Ahh-Mazing “AHA!” Discovery for February 2018: James Pass’ Vitreous (Translucent) Fine China

Background: AquaNew’s Rob Gourley turns 70 years young this month (February 2018). He is part of the Syracuse China legacy being a great grandson of James Pass, an honorary member of Rob’s Inventified Family.

I recall my first introduction to Syracuse China was when Rob’s aunt, Eunice, and I were antique shopping in Anchorage, Alaska during the mid-1990’s. We walked into a shop off 5th Avenue and Eunice’s expression lit up and she walked over to the far side of the shop, to pick up a dinner plate with a brilliantly red poppy flower design on it. It was a must-have and she traveled with the plate back to her home in upper State New York and added it to her Syracuse China collection. Eunice was Rob’s mother, Ann, twin sister and a granddaughter of James Pass. She told me that the earliest china bodies that James made for Syracuse China was the Imperial Geddo design. I have purchased several pieces through the subsequent years of searching on Ebay (see photo above). Rob and I were thrilled when we opened the mailing box, to look at the inside bottom of this small creamer shown in foreground of the photo above and we can see the initials “JP≥L”. It is likely one of James’ experiments in combining the right clay materials and coatings for making fine china in America.

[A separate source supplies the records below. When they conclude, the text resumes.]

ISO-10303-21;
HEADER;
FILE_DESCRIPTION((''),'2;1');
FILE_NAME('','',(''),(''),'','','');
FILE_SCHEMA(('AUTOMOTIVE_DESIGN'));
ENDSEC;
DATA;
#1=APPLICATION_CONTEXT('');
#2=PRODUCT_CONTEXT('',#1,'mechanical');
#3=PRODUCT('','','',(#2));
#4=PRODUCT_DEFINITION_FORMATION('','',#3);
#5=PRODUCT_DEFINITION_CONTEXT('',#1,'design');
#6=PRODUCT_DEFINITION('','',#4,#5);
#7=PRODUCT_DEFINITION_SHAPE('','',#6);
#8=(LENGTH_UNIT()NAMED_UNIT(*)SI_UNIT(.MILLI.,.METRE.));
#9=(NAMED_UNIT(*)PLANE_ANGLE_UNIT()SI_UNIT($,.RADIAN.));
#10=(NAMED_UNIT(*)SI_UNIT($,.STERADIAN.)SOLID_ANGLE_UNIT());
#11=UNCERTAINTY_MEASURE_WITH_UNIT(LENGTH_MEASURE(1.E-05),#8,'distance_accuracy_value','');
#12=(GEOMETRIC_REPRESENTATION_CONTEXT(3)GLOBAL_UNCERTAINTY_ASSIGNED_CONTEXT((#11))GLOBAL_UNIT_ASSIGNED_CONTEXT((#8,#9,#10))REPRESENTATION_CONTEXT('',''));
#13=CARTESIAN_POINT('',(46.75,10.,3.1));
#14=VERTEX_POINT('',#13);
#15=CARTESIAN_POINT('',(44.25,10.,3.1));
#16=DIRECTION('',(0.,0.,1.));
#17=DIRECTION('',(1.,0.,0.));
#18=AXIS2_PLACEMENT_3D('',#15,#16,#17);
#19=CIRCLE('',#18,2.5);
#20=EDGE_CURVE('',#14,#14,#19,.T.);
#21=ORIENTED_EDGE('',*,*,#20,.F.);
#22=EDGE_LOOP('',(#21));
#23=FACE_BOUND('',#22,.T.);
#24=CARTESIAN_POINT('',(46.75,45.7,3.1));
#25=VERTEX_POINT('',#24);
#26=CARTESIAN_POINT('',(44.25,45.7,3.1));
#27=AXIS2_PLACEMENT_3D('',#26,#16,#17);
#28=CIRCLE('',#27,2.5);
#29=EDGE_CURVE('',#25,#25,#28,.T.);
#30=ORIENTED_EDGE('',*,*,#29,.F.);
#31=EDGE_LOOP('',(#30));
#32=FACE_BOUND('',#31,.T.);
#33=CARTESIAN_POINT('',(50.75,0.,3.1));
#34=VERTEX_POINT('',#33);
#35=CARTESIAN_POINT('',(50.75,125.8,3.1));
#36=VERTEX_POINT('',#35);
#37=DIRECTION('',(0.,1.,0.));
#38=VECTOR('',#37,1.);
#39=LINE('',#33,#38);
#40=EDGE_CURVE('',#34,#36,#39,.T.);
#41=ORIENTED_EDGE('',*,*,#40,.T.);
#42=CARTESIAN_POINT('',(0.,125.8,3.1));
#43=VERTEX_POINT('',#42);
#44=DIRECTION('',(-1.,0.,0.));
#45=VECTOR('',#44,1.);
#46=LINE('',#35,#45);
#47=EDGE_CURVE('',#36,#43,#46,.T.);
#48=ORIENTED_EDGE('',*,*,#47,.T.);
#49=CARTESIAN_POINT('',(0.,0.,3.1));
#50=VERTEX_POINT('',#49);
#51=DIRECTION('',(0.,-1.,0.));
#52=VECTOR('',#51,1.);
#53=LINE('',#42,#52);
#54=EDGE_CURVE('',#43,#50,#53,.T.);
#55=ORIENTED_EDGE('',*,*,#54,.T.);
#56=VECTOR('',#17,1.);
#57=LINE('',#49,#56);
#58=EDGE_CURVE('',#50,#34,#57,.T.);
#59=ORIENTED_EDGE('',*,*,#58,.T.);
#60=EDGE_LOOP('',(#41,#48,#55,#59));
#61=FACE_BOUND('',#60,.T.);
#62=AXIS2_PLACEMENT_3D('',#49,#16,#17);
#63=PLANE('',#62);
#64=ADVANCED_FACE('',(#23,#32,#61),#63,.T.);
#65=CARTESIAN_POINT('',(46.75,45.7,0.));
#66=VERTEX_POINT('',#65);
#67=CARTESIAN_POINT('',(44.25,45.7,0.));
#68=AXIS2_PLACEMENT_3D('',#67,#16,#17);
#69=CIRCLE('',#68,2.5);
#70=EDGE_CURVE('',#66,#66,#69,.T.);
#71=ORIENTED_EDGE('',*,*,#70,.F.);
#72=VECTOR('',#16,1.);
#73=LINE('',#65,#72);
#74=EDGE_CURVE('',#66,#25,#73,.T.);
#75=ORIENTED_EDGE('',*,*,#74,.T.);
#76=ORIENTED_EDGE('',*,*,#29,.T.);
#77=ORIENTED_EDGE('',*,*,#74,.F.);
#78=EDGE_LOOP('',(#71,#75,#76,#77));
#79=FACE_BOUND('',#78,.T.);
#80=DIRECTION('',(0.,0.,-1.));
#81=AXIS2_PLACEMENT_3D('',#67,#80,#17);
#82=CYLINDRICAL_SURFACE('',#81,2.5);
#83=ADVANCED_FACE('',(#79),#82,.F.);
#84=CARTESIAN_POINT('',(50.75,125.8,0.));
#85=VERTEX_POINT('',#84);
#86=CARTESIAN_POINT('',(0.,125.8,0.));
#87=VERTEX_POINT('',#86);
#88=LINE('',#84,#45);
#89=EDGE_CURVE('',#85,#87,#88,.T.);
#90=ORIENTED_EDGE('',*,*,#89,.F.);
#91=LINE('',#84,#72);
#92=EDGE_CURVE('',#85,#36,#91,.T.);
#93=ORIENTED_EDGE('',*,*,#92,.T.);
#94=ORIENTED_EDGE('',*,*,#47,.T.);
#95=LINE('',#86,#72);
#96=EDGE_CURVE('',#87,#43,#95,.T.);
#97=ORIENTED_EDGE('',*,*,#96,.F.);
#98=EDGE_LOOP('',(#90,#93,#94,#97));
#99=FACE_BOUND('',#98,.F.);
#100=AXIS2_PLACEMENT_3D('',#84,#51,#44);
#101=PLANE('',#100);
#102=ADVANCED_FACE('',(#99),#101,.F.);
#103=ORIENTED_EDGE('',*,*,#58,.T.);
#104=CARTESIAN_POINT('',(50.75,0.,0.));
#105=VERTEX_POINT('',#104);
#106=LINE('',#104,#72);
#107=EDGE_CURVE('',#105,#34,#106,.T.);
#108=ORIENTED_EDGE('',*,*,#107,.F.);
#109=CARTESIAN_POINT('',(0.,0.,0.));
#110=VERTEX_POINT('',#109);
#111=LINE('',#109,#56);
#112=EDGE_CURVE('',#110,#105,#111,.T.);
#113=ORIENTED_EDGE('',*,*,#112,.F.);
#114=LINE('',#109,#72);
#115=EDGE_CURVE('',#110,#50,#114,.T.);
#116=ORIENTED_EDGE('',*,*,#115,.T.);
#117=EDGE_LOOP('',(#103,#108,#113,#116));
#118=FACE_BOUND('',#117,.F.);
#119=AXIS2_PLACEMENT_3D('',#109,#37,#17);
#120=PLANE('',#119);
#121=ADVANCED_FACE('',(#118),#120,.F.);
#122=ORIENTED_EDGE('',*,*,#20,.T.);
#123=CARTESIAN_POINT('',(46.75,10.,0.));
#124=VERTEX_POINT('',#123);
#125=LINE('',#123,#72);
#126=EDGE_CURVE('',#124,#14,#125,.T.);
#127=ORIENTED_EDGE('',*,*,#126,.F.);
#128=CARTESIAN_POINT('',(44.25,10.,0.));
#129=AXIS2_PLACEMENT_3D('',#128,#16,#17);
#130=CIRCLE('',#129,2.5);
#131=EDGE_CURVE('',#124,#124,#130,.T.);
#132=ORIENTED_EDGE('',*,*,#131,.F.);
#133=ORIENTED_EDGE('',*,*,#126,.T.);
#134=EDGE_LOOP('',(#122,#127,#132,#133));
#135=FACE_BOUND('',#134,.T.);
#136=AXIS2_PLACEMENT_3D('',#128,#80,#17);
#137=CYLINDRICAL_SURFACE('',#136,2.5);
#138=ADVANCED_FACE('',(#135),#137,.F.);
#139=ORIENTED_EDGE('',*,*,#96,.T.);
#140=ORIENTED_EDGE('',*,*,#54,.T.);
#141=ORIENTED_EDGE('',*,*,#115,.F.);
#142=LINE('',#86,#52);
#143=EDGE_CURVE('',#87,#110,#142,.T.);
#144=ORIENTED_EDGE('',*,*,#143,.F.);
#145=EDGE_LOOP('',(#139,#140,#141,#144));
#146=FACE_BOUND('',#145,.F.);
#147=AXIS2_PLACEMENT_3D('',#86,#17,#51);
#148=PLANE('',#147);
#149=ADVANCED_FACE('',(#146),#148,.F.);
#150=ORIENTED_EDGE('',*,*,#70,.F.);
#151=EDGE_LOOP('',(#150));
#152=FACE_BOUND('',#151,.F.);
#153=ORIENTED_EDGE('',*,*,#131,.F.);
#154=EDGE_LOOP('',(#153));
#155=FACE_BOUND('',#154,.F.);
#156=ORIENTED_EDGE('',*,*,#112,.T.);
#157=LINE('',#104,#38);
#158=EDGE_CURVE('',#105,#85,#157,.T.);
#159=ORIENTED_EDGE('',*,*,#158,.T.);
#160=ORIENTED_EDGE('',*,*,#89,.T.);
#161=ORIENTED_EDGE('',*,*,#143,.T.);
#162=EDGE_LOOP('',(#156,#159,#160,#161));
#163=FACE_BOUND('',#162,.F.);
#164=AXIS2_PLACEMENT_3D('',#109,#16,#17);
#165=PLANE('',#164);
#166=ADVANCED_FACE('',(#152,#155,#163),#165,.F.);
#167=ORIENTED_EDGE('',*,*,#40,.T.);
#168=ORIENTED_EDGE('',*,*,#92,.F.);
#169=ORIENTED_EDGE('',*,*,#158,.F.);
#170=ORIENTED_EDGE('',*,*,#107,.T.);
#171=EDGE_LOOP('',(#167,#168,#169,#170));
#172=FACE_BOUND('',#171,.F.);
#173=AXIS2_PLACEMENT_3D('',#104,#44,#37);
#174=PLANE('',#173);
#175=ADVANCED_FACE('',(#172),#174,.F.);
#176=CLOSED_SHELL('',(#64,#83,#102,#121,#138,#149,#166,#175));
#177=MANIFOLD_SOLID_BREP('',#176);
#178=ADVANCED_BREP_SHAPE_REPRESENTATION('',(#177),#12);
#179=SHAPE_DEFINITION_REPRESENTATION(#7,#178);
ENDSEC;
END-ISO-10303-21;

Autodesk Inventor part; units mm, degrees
ref_plane "YZ Plane" through (0, 0, 0) normal (1, 0, 0) x (0, 1, 0)
ref_plane "XZ Plane" through (0, 0, 0) normal (0, 1, 0) x (-1, 0, 0)
ref_plane "XY Plane" through (0, 0, 0) normal (0, 0, 1) x (1, 0, 0)
sketch "Sketch1" plane through (0, 0, 0) normal (0, 0, 1) x (1, 0, 0)
  line L0 (50.75, 0) -> (50.75, 125.8)
  line L1 (50.75, 125.8) -> (0, 125.8)
  line L2 (0, 125.8) -> (0, 0)
  circle A0 centre (44.25, 10) radius 2.5
  circle A1 centre (44.25, 45.7) radius 2.5
  line L3 (0, 0) -> (50.75, 0)
  dimension "d0" = 50.75
  dimension "d1" = 125.8
  dimension "d2" = 5
  dimension "d3" = 5
  dimension "d14" = 10
  dimension "d15" = 35.7
  dimension "d16" = 6.5
  dimension "d17" = 6.5
extrude "Extrusion1" add sketch "Sketch1" along normal blind 3.1
properties part number "BatteryBracket" material "Steel, Mild"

I wondered how Syracuse China, under James Pass’ leadership for over twenty years, became so prolific in its many product lines from sturdy china used in railroad dining cars and cruise boats, to fine china used in top-notched restaurants and hotels, to every-day household ware, and to specialty plates designed by well-known artists like the poppy plate that Eunice found in Alaska. Examples of the vast array of everything Syracuse China fills the entire floor of the Onondaga History Museum located in Syracuse, N.Y.

In reading about James Pass’ early life, it seemed he had to make his own way. His father was an English-trained potter and immigrated to America. His father was employed by Onondaga Pottery Co. of Geddo, N.Y. (later renamed Syracuse China) and he eventually worked his way up to being President of the company. James began working in the pottery by age 19. He ventured out on his own with a passion to have his own business and continue his porcelain research. His business ventures ultimately were not a success but the experiences of his journey led him to the discovery of how to make America’s first truly vitreous (translucent) china body. Several years after the passing of his father, he was rehired as the President of Syracuse China. His Imperial Geddo pieces won the High Award Medal for translucent china at the 1893 Chicago World’s Fair. This award as well as other distinguished awards that followed, lifted Syracuse China along with James’ creative skill and manufacturing vision, from being a local New York pottery to a major business of worldwide recognition.

My husband, Rob, showed me the translucency of the Syracuse fine china. Hold up to the sunlight translucent china and you can see the shadow of your hand looking through the front of the plate. The photo to the right, shows one of the plates from Rob’s parents’ wedding china pattern (Old Ivory Queen Anne) which is similar to one in the White House china collection. On the upper cobalt blue rim, there is a monogram of “APG” (Ann Pass Gourley) and the set was a special run made by Syracuse China for one of the Pass granddaughters (Rob’s mother).

Another of Rob’s aunts and a granddaughter of James is Ruth Pass Hancock. She served as an advisor for the book on the history of Syracuse China. BTW, the poppy plate shown on the book cover is the same one that Eunice found with me in an Alaskan antique shop over twenty years ago!

About the Photo Above: Syracuse China (formerly Onondaga Pottery Company or O.P.Co.) Flow Blue Plum Setting on a Table Surrounded by Descendants of James Pass along with Their Spouses and Children. The blue plum design with personalized hand-painted gold decoration was made by the employees of Syracuse China for their families and friends only (was not available to purchase on the commercial market). Left to Right: Dana Gourley, Ruth Pass Hancock (granddaughter of James Pass), Carol C., Jeremy S., Tom H. (Museum Curator), Phydele E., David S., Darrell C., Richard C. (great grandson of James Pass), Sierra S., Amelia C., Luna C., Rich C. (great grandson of James Pass), Ruth Ann C. (great granddaughter of James Pass), Amy S. (great granddaughter of James Pass), Emil S., Rob Gourley (great grandson of James Pass), Eunice C. (granddaughter of James Pass), and Rebecca S. (great granddaughter of James Pass).  Photo taken by Robin Jane E. at the Onondaga History Museum, Syracuse China Permanent Collection, Syracuse, N.Y., on September 3, 2010.

James Pass exemplifies self-confidence and perseverance in excelling in a trade, eventually achieving recognition for all of his efforts.